• **EXERCISE DESCRIPTION**:
Give the lines below again exactly, starting with the line that holds "Line((-2.210769, -1.55), (2.210769, -1.55))" and going on through the line that holds "chamfer(chamfer_edges, length=CHAMFER_SIZE)".

• **DATA FOR THIS EXERCISE**:
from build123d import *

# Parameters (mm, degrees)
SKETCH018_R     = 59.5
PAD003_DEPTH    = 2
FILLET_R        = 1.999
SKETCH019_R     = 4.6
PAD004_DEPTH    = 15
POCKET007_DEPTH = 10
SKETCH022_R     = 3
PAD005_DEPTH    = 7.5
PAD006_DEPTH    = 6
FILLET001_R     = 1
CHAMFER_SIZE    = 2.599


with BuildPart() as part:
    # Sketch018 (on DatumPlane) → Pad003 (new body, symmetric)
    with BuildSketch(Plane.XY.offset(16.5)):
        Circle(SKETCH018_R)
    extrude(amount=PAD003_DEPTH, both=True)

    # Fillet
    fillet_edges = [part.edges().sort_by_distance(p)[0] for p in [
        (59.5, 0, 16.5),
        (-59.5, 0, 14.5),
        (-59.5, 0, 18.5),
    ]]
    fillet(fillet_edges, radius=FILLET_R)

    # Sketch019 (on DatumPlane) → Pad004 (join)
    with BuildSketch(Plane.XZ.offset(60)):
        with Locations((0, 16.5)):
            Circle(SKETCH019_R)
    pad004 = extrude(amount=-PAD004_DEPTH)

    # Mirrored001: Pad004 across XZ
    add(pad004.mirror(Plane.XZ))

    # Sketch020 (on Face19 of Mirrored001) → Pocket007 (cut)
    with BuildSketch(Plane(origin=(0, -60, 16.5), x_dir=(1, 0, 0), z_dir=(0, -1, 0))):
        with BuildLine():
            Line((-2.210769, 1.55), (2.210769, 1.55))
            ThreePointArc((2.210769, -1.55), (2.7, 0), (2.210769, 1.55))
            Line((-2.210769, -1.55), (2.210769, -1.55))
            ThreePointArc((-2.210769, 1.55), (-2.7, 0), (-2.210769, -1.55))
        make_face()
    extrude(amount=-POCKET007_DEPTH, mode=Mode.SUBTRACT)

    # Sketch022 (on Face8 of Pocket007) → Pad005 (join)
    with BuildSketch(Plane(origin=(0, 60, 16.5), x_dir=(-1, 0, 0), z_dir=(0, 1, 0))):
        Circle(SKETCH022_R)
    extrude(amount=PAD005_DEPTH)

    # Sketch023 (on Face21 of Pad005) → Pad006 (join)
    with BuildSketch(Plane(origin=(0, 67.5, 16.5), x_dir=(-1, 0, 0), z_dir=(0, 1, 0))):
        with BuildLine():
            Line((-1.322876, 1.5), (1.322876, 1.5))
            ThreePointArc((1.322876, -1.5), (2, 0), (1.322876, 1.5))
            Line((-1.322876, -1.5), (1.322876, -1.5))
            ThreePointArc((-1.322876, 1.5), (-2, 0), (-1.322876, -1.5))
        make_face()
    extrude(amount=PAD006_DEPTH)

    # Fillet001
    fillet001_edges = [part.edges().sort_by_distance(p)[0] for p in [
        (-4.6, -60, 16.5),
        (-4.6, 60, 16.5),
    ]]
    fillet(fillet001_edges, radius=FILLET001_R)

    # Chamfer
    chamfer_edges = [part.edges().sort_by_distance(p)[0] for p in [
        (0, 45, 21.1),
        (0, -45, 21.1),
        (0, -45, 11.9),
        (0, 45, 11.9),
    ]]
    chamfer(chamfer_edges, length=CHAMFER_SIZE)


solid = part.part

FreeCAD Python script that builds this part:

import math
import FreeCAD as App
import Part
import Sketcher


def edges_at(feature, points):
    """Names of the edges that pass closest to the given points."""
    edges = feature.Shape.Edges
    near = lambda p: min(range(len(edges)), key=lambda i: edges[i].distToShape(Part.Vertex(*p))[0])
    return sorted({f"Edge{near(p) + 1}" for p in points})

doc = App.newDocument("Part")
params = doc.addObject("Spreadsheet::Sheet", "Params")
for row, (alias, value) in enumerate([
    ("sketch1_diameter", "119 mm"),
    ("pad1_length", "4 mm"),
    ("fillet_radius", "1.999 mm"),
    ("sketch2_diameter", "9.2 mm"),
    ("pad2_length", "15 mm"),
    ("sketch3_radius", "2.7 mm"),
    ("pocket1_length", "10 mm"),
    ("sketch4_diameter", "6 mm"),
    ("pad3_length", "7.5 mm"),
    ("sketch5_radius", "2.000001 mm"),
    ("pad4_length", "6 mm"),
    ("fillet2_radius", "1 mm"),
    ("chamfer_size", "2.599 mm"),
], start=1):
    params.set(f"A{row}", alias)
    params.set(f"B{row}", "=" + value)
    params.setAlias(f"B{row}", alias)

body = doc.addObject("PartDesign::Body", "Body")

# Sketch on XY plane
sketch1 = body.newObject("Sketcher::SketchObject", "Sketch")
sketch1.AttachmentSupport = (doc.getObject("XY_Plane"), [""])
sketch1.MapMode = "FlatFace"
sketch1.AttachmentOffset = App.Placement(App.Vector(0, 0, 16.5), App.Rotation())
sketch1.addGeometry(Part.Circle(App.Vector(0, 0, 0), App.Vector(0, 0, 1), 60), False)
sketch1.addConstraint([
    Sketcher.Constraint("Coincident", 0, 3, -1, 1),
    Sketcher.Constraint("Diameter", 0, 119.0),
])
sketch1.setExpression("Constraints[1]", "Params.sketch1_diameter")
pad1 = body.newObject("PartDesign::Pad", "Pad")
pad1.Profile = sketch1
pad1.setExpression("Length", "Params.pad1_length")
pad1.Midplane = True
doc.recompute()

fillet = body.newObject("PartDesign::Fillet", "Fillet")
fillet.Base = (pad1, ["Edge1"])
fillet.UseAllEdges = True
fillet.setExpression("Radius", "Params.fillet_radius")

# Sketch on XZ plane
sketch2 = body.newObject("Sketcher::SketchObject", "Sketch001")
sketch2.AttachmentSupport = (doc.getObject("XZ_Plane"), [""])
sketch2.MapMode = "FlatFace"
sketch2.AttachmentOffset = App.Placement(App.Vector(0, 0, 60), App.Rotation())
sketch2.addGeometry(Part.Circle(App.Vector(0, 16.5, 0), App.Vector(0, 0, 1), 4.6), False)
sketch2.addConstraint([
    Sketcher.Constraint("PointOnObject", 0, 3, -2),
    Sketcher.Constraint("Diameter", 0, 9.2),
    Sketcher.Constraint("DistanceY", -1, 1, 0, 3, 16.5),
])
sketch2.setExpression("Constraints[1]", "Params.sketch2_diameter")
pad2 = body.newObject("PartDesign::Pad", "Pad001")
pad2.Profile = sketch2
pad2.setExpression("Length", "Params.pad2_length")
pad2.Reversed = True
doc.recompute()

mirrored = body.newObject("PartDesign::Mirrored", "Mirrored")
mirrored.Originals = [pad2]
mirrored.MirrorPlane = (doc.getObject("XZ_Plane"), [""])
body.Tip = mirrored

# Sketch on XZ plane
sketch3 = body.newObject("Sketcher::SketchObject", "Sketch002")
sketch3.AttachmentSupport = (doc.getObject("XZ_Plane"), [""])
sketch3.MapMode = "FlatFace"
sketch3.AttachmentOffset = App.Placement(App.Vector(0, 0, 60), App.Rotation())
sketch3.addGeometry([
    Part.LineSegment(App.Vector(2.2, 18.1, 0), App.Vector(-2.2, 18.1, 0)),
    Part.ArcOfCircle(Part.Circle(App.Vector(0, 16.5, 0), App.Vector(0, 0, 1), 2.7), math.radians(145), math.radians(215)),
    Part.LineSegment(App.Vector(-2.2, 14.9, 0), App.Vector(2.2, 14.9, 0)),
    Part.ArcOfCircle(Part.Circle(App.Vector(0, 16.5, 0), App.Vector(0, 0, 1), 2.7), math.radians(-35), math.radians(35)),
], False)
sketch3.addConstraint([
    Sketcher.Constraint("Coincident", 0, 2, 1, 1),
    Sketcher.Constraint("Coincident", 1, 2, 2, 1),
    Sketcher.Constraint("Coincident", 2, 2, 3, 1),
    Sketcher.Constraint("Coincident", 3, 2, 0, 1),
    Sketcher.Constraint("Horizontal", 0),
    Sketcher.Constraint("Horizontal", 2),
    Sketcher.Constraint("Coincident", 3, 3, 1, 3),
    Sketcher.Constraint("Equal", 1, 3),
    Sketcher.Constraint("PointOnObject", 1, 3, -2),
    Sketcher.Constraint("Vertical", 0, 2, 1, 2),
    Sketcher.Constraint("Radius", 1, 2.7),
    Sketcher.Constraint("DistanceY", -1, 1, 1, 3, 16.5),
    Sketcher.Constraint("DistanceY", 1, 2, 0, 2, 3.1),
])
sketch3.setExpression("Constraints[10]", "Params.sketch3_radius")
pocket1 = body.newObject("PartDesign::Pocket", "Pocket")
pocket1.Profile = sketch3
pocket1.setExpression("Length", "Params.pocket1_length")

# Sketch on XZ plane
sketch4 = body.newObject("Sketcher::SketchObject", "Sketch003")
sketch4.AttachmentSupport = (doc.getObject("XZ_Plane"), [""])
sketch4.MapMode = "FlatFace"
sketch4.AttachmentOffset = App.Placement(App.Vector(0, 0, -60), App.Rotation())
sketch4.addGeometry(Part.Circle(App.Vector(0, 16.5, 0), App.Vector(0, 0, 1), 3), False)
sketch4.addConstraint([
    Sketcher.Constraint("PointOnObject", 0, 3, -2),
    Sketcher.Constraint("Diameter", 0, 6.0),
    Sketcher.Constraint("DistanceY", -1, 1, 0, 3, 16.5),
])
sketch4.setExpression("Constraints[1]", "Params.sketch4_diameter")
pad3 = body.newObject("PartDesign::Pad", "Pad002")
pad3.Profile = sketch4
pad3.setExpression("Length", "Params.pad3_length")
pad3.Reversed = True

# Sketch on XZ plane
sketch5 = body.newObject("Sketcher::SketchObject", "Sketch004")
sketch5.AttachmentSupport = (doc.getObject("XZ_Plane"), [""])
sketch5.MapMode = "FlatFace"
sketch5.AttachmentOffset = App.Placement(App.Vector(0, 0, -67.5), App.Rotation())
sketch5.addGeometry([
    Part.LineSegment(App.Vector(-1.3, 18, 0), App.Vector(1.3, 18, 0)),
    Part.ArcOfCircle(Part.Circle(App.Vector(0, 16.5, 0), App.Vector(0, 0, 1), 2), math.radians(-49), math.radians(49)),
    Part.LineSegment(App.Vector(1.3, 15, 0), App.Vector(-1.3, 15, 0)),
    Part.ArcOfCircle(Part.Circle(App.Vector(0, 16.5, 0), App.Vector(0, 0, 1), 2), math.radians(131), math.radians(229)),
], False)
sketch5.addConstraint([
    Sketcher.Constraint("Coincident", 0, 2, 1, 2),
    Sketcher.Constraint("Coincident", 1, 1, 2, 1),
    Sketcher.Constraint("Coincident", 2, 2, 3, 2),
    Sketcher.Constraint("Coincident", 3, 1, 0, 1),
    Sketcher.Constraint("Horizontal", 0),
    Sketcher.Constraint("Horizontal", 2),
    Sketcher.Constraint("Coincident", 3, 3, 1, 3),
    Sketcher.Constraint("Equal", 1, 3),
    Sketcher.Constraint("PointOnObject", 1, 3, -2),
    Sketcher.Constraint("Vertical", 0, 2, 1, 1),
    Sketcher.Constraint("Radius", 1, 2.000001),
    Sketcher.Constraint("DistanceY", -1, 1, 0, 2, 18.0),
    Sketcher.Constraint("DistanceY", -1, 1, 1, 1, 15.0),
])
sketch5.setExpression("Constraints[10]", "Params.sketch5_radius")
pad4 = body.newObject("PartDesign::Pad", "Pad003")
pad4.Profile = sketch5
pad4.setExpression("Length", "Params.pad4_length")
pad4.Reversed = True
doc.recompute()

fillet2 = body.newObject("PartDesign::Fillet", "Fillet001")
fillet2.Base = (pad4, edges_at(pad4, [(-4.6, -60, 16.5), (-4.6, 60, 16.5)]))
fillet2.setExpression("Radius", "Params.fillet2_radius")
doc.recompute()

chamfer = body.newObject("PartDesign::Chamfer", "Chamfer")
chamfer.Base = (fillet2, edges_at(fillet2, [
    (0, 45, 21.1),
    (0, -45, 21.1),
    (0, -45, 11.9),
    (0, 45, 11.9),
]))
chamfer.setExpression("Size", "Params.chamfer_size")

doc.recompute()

• **SOLVED PROBLEM**:
            Line((-2.210769, -1.55), (2.210769, -1.55))
            ThreePointArc((-2.210769, 1.55), (-2.7, 0), (-2.210769, -1.55))
        make_face()
    extrude(amount=-POCKET007_DEPTH, mode=Mode.SUBTRACT)

    # Sketch022 (on Face8 of Pocket007) → Pad005 (join)
    with BuildSketch(Plane(origin=(0, 60, 16.5), x_dir=(-1, 0, 0), z_dir=(0, 1, 0))):
        Circle(SKETCH022_R)
    extrude(amount=PAD005_DEPTH)

    # Sketch023 (on Face21 of Pad005) → Pad006 (join)
    with BuildSketch(Plane(origin=(0, 67.5, 16.5), x_dir=(-1, 0, 0), z_dir=(0, 1, 0))):
        with BuildLine():
            Line((-1.322876, 1.5), (1.322876, 1.5))
            ThreePointArc((1.322876, -1.5), (2, 0), (1.322876, 1.5))
            Line((-1.322876, -1.5), (1.322876, -1.5))
            ThreePointArc((-1.322876, 1.5), (-2, 0), (-1.322876, -1.5))
        make_face()
    extrude(amount=PAD006_DEPTH)

    # Fillet001
    fillet001_edges = [part.edges().sort_by_distance(p)[0] for p in [
        (-4.6, -60, 16.5),
        (-4.6, 60, 16.5),
    ]]
    fillet(fillet001_edges, radius=FILLET001_R)

    # Chamfer
    chamfer_edges = [part.edges().sort_by_distance(p)[0] for p in [
        (0, 45, 21.1),
        (0, -45, 21.1),
        (0, -45, 11.9),
        (0, 45, 11.9),
    ]]
    chamfer(chamfer_edges, length=CHAMFER_SIZE)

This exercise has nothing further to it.